====== RECORDS FOR THE TASK ======

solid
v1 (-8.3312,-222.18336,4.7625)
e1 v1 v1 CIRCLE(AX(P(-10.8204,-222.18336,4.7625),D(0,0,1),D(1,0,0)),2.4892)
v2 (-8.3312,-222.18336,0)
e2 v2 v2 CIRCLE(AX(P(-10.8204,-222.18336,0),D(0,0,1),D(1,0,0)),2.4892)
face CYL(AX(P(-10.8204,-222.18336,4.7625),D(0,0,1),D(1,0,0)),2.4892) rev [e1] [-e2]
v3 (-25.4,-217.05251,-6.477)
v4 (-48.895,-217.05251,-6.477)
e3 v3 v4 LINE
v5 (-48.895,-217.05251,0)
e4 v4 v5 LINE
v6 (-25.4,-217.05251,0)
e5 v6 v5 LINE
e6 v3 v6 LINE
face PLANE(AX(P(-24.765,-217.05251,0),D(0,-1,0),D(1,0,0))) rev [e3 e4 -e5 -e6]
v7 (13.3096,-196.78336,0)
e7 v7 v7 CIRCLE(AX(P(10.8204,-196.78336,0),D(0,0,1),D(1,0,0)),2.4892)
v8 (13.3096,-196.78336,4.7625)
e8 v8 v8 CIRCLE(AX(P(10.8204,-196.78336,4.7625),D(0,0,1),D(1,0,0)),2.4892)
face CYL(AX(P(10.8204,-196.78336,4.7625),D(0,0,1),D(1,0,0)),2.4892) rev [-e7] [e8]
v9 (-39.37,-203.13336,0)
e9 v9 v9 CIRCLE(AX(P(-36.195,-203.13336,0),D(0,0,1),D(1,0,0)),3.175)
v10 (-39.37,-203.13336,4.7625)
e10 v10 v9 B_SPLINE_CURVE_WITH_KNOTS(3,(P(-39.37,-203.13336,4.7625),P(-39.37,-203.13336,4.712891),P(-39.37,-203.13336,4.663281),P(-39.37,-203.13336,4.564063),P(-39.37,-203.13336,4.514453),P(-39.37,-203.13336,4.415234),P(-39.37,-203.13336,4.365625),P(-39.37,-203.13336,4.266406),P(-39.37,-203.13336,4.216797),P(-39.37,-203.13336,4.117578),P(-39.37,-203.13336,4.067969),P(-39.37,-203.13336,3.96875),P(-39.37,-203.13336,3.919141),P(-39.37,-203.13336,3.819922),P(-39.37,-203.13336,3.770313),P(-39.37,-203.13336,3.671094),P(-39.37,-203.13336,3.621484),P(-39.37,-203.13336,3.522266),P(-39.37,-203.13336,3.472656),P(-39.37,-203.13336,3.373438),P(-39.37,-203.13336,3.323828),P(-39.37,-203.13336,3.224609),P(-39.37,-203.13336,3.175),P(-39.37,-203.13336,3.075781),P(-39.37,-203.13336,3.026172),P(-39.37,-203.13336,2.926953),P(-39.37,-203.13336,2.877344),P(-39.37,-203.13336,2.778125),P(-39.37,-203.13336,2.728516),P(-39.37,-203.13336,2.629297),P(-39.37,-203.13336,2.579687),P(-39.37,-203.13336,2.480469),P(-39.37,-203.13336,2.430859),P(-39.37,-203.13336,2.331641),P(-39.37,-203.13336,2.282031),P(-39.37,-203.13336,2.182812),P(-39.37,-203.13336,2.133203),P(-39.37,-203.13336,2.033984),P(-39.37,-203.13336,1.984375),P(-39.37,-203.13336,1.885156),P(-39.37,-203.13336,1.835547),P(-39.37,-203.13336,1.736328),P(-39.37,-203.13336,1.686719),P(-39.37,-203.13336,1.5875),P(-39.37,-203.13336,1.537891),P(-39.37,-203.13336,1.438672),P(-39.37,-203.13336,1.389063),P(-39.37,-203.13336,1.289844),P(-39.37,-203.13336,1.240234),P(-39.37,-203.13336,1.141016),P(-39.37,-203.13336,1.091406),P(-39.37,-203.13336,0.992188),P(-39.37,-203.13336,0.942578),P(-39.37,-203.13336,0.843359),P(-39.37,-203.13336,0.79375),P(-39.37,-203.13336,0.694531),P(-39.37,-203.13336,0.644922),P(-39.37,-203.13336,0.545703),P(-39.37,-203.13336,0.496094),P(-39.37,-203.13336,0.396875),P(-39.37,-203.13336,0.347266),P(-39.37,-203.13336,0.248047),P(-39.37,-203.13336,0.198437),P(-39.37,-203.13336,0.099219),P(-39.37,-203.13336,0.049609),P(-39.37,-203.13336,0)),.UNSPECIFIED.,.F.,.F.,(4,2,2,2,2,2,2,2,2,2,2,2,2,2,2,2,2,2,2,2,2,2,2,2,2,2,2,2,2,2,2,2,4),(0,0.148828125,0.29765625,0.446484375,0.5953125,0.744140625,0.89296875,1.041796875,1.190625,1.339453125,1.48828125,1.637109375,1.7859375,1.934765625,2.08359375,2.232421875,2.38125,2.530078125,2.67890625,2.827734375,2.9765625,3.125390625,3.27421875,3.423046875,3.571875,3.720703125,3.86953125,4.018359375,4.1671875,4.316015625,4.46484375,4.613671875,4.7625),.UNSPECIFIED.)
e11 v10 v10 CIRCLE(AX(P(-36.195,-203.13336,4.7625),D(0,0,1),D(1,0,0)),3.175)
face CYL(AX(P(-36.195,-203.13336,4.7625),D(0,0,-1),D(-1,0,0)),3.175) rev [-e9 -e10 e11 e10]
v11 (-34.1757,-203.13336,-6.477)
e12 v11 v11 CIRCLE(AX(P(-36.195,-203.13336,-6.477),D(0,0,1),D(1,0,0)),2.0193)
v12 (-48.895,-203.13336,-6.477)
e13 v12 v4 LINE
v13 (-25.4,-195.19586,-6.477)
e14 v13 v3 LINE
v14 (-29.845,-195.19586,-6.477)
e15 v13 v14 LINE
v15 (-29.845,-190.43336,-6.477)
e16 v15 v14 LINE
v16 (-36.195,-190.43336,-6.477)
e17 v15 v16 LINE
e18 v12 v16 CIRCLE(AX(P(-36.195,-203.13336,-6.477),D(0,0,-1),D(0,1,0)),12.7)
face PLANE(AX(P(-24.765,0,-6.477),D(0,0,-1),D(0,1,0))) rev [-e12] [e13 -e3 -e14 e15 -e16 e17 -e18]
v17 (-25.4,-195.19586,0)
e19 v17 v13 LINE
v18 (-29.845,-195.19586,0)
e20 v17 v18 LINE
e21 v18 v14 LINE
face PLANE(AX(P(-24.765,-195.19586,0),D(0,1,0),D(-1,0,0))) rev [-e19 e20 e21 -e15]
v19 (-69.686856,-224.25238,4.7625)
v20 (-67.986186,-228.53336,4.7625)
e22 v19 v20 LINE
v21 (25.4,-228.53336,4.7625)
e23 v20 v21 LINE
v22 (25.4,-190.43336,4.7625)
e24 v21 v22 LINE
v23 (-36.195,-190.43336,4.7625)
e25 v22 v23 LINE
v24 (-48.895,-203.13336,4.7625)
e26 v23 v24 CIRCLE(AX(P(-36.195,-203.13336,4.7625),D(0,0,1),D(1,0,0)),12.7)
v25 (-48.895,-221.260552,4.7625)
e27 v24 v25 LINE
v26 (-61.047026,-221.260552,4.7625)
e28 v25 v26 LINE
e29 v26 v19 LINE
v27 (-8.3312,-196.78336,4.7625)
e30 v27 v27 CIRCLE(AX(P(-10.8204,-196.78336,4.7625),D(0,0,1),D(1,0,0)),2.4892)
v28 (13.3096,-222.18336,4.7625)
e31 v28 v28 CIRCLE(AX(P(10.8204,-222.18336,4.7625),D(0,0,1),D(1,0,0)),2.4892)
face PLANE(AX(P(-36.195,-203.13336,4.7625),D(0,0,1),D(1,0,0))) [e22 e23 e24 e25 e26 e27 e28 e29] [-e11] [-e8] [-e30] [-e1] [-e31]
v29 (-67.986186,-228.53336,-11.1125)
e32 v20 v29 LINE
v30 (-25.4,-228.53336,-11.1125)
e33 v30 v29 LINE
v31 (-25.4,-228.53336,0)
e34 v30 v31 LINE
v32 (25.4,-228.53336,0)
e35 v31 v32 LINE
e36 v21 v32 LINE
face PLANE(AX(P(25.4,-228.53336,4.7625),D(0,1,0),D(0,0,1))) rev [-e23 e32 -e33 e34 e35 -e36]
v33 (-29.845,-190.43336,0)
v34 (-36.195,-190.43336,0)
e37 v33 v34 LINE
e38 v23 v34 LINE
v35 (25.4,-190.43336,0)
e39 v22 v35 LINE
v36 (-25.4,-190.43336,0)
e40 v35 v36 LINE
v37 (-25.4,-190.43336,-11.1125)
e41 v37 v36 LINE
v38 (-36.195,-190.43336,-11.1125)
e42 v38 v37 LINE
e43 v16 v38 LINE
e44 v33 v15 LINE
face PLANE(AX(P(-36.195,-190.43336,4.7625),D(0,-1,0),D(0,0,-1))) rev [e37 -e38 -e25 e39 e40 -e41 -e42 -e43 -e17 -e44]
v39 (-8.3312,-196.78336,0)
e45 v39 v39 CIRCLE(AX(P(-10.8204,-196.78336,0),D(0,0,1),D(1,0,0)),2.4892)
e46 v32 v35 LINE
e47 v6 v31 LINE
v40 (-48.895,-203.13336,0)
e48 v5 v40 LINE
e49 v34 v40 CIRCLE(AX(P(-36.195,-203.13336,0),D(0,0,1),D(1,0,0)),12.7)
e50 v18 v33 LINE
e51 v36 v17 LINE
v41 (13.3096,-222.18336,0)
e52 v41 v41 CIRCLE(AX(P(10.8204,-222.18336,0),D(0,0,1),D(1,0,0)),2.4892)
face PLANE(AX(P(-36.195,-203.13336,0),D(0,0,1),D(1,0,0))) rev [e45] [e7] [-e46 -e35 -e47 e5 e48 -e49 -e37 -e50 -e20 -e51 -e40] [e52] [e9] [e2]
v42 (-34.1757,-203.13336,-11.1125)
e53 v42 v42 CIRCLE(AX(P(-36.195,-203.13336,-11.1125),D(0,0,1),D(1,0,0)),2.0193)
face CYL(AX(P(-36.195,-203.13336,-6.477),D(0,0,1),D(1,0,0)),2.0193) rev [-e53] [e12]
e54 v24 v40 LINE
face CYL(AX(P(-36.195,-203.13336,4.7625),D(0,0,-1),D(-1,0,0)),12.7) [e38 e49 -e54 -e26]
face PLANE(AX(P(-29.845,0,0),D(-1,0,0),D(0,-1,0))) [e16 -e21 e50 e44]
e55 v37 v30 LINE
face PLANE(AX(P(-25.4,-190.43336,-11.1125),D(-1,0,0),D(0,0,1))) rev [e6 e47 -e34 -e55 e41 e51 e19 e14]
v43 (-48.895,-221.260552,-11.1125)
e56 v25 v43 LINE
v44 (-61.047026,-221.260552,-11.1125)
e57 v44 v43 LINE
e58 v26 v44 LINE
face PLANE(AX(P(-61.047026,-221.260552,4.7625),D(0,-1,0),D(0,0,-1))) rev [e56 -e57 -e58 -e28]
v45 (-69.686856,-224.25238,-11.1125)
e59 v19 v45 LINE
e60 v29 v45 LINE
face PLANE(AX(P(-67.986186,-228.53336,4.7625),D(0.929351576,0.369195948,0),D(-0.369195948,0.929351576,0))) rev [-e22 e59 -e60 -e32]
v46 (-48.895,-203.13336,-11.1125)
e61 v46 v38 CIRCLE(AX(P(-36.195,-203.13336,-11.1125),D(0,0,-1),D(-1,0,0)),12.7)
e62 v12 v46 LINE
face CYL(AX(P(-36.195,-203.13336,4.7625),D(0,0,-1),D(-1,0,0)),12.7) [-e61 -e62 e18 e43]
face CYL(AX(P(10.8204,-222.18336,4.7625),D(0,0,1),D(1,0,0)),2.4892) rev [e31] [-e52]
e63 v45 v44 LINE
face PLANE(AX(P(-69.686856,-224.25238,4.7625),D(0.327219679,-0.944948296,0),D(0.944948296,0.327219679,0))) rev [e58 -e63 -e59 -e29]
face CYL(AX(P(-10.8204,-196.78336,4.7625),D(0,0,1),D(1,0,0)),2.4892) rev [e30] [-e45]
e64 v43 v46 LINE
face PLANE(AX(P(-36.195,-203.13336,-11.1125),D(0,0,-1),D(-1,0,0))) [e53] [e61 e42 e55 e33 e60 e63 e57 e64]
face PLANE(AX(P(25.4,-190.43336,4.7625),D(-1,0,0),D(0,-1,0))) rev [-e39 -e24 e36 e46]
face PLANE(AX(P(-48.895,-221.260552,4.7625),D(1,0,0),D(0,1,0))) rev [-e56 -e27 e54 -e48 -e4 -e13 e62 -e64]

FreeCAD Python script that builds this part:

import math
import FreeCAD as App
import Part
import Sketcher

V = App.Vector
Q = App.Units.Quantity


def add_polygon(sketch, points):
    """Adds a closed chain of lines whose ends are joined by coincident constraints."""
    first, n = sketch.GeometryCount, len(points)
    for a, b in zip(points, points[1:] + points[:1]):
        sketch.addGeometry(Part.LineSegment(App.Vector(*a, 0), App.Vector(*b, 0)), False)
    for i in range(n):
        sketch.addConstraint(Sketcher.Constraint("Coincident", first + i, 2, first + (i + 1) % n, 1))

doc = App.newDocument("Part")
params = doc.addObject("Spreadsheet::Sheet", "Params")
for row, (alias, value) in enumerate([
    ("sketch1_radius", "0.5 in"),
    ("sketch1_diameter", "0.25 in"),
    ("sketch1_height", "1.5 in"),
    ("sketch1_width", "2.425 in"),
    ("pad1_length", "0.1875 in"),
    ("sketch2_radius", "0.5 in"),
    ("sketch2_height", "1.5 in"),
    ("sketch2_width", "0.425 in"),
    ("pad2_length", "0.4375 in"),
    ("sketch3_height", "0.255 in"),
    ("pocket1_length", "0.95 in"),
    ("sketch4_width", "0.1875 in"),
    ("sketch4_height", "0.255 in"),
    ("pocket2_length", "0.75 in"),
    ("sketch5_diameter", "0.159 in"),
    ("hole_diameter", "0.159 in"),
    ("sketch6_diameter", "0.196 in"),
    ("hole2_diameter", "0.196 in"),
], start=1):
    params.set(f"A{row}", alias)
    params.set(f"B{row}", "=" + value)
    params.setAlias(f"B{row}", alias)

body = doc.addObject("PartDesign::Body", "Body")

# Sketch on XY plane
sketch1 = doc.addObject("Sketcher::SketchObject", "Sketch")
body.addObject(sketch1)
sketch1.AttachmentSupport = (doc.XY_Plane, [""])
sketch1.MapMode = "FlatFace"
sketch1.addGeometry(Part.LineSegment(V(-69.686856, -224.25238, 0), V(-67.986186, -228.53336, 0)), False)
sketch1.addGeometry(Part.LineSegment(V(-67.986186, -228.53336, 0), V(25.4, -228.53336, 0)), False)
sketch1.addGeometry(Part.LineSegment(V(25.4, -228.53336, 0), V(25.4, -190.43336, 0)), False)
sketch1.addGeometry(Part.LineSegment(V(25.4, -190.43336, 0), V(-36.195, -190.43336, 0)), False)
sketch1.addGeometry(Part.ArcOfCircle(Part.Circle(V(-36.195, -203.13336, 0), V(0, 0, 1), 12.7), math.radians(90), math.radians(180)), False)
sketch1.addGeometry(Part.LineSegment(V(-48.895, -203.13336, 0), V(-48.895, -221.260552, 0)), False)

======

* [REQUIRED ACTION] As listed above, the lines from the line with "e6 v3 v6 LINE" to the line with "v10 (-39.37,-203.13336,4.7625)" are to be echoed exactly, with both ends included and nothing added.

* [EXPECTED OUTPUT]
e6 v3 v6 LINE
face PLANE(AX(P(-24.765,-217.05251,0),D(0,-1,0),D(1,0,0))) rev [e3 e4 -e5 -e6]
v7 (13.3096,-196.78336,0)
e7 v7 v7 CIRCLE(AX(P(10.8204,-196.78336,0),D(0,0,1),D(1,0,0)),2.4892)
v8 (13.3096,-196.78336,4.7625)
e8 v8 v8 CIRCLE(AX(P(10.8204,-196.78336,4.7625),D(0,0,1),D(1,0,0)),2.4892)
face CYL(AX(P(10.8204,-196.78336,4.7625),D(0,0,1),D(1,0,0)),2.4892) rev [-e7] [e8]
v9 (-39.37,-203.13336,0)
e9 v9 v9 CIRCLE(AX(P(-36.195,-203.13336,0),D(0,0,1),D(1,0,0)),3.175)
v10 (-39.37,-203.13336,4.7625)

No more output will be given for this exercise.